__DATA EXTRACT__
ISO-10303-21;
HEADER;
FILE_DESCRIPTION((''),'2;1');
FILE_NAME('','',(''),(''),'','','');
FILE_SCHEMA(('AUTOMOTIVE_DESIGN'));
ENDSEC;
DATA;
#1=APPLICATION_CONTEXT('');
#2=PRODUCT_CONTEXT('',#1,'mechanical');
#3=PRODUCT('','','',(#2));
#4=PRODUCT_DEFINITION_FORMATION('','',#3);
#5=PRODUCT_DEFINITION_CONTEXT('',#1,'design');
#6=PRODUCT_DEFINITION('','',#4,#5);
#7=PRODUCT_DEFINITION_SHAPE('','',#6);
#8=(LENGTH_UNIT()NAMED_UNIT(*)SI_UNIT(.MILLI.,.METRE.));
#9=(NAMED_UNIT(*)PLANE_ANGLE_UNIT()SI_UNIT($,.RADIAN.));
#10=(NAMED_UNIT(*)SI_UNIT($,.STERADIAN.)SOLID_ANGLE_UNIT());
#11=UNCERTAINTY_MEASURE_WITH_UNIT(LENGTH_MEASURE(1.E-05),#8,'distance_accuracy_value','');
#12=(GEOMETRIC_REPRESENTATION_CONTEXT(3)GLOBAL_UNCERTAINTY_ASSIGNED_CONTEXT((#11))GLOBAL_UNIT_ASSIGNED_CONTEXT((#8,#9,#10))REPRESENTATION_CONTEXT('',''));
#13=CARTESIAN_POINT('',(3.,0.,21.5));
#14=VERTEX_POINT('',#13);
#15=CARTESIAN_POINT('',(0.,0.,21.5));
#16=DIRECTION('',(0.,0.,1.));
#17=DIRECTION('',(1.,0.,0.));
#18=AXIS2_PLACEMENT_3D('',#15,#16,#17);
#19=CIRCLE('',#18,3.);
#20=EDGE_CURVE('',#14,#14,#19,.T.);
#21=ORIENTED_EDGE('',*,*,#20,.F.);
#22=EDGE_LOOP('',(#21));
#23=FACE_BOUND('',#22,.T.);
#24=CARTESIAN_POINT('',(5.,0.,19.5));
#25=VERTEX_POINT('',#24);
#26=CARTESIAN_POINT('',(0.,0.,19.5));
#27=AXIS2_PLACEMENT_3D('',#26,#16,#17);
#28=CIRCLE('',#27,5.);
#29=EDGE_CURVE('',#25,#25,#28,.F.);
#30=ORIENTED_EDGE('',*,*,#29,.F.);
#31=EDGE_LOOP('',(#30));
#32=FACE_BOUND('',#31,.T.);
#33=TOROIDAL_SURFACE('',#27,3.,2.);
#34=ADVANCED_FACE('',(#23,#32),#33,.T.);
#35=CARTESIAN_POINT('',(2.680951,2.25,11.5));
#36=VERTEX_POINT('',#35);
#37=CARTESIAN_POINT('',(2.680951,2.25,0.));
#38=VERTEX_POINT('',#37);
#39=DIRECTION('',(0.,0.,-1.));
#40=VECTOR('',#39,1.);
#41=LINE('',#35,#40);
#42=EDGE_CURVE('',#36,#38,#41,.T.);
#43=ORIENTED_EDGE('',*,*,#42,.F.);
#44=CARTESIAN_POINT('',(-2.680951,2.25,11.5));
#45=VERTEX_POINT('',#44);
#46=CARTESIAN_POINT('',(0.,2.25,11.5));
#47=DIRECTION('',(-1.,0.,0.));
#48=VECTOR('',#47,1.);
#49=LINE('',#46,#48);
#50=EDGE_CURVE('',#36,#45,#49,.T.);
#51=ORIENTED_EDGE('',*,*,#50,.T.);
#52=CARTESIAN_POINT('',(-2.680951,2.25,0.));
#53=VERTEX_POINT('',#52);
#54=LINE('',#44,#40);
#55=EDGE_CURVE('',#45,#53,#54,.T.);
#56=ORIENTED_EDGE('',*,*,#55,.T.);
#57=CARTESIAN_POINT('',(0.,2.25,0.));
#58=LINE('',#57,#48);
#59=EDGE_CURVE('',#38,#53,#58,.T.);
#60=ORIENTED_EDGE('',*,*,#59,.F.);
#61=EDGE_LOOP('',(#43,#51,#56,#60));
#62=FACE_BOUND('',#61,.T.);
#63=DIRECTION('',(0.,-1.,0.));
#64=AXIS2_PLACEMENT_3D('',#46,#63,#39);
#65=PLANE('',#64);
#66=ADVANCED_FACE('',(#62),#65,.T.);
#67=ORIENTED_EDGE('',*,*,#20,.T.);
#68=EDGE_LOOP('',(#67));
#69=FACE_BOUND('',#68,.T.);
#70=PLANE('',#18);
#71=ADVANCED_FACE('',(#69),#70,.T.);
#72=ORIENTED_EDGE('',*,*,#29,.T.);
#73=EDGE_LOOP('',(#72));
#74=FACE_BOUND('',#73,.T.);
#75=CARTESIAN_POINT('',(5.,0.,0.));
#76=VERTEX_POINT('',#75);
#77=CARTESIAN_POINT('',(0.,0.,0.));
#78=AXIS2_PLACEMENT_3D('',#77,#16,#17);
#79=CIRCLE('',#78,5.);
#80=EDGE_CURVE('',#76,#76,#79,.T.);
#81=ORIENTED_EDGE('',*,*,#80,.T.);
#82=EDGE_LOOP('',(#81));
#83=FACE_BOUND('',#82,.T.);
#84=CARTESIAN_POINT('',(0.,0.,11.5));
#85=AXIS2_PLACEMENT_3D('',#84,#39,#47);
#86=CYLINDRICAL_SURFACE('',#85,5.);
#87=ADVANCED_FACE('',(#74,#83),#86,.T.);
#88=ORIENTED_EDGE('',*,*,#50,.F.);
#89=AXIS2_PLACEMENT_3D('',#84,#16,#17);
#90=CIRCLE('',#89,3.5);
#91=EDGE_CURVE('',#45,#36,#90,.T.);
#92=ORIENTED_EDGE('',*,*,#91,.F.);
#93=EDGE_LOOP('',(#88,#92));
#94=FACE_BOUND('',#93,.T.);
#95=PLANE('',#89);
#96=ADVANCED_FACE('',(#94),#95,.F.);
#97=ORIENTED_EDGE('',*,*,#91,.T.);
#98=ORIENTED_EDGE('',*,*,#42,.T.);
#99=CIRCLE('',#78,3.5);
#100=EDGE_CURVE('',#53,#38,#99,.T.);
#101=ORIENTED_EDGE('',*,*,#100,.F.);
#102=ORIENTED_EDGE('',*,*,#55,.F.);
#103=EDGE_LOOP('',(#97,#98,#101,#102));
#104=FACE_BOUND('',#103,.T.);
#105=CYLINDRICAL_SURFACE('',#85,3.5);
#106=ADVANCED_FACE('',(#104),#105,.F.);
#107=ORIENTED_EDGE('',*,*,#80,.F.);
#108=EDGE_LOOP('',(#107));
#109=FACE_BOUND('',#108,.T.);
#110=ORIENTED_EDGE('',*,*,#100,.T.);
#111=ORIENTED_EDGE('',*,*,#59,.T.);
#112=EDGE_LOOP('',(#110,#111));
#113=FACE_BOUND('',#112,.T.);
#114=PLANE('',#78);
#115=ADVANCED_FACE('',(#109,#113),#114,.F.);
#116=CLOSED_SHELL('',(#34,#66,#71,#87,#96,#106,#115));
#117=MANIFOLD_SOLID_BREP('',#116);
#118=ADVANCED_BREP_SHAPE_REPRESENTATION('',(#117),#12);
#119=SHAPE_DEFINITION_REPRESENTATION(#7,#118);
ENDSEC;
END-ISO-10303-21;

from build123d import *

# Parameters (mm, degrees)
SKETCH1_R           = 5
BOSS_EXTRUDE1_DEPTH = 11.5
SKETCH2_R           = 5
BOSS_EXTRUDE2_DEPTH = 10
FILLET2_R           = 2


with BuildPart() as part:
    # Sketch1 → Boss-Extrude1 (new body)
    with BuildSketch(Plane.XY):
        Circle(SKETCH1_R)
        with BuildLine():
            Line((-2.680951324, 2.25), (0, 2.25))
            Line((0, 2.25), (2.680951324, 2.25))
            ThreePointArc((2.680951324, 2.25), (0, -3.5), (-2.680951324, 2.25))
        make_face(mode=Mode.SUBTRACT)
    extrude(amount=BOSS_EXTRUDE1_DEPTH)

    # Sketch2 → Boss-Extrude2 (add)
    with BuildSketch(Plane.XY.offset(11.5)):
        Circle(SKETCH2_R)
    extrude(amount=BOSS_EXTRUDE2_DEPTH)

    # Fillet2
    fillet2_edges = [part.edges().sort_by_distance(p)[0] for p in [
        (-5, 0, 21.5),
    ]]
    fillet(fillet2_edges, radius=FILLET2_R)


solid = part.part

__TASK REQUIREMENTS__
Beginning with the line that contains "#115=ADVANCED_FACE('',(#109,#113),#114,.F.);", repeat every line through the end of the records and nothing more.

__RESULT OF THE TASK__
#115=ADVANCED_FACE('',(#109,#113),#114,.F.);
#116=CLOSED_SHELL('',(#34,#66,#71,#87,#96,#106,#115));
#117=MANIFOLD_SOLID_BREP('',#116);
#118=ADVANCED_BREP_SHAPE_REPRESENTATION('',(#117),#12);
#119=SHAPE_DEFINITION_REPRESENTATION(#7,#118);
ENDSEC;
END-ISO-10303-21;

from build123d import *

# Parameters (mm, degrees)
SKETCH1_R           = 5
BOSS_EXTRUDE1_DEPTH = 11.5
SKETCH2_R           = 5
BOSS_EXTRUDE2_DEPTH = 10
FILLET2_R           = 2


with BuildPart() as part:
    # Sketch1 → Boss-Extrude1 (new body)
    with BuildSketch(Plane.XY):
        Circle(SKETCH1_R)
        with BuildLine():
            Line((-2.680951324, 2.25), (0, 2.25))
            Line((0, 2.25), (2.680951324, 2.25))
            ThreePointArc((2.680951324, 2.25), (0, -3.5), (-2.680951324, 2.25))
        make_face(mode=Mode.SUBTRACT)
    extrude(amount=BOSS_EXTRUDE1_DEPTH)

    # Sketch2 → Boss-Extrude2 (add)
    with BuildSketch(Plane.XY.offset(11.5)):
        Circle(SKETCH2_R)
    extrude(amount=BOSS_EXTRUDE2_DEPTH)

    # Fillet2
    fillet2_edges = [part.edges().sort_by_distance(p)[0] for p in [
        (-5, 0, 21.5),
    ]]
    fillet(fillet2_edges, radius=FILLET2_R)


solid = part.part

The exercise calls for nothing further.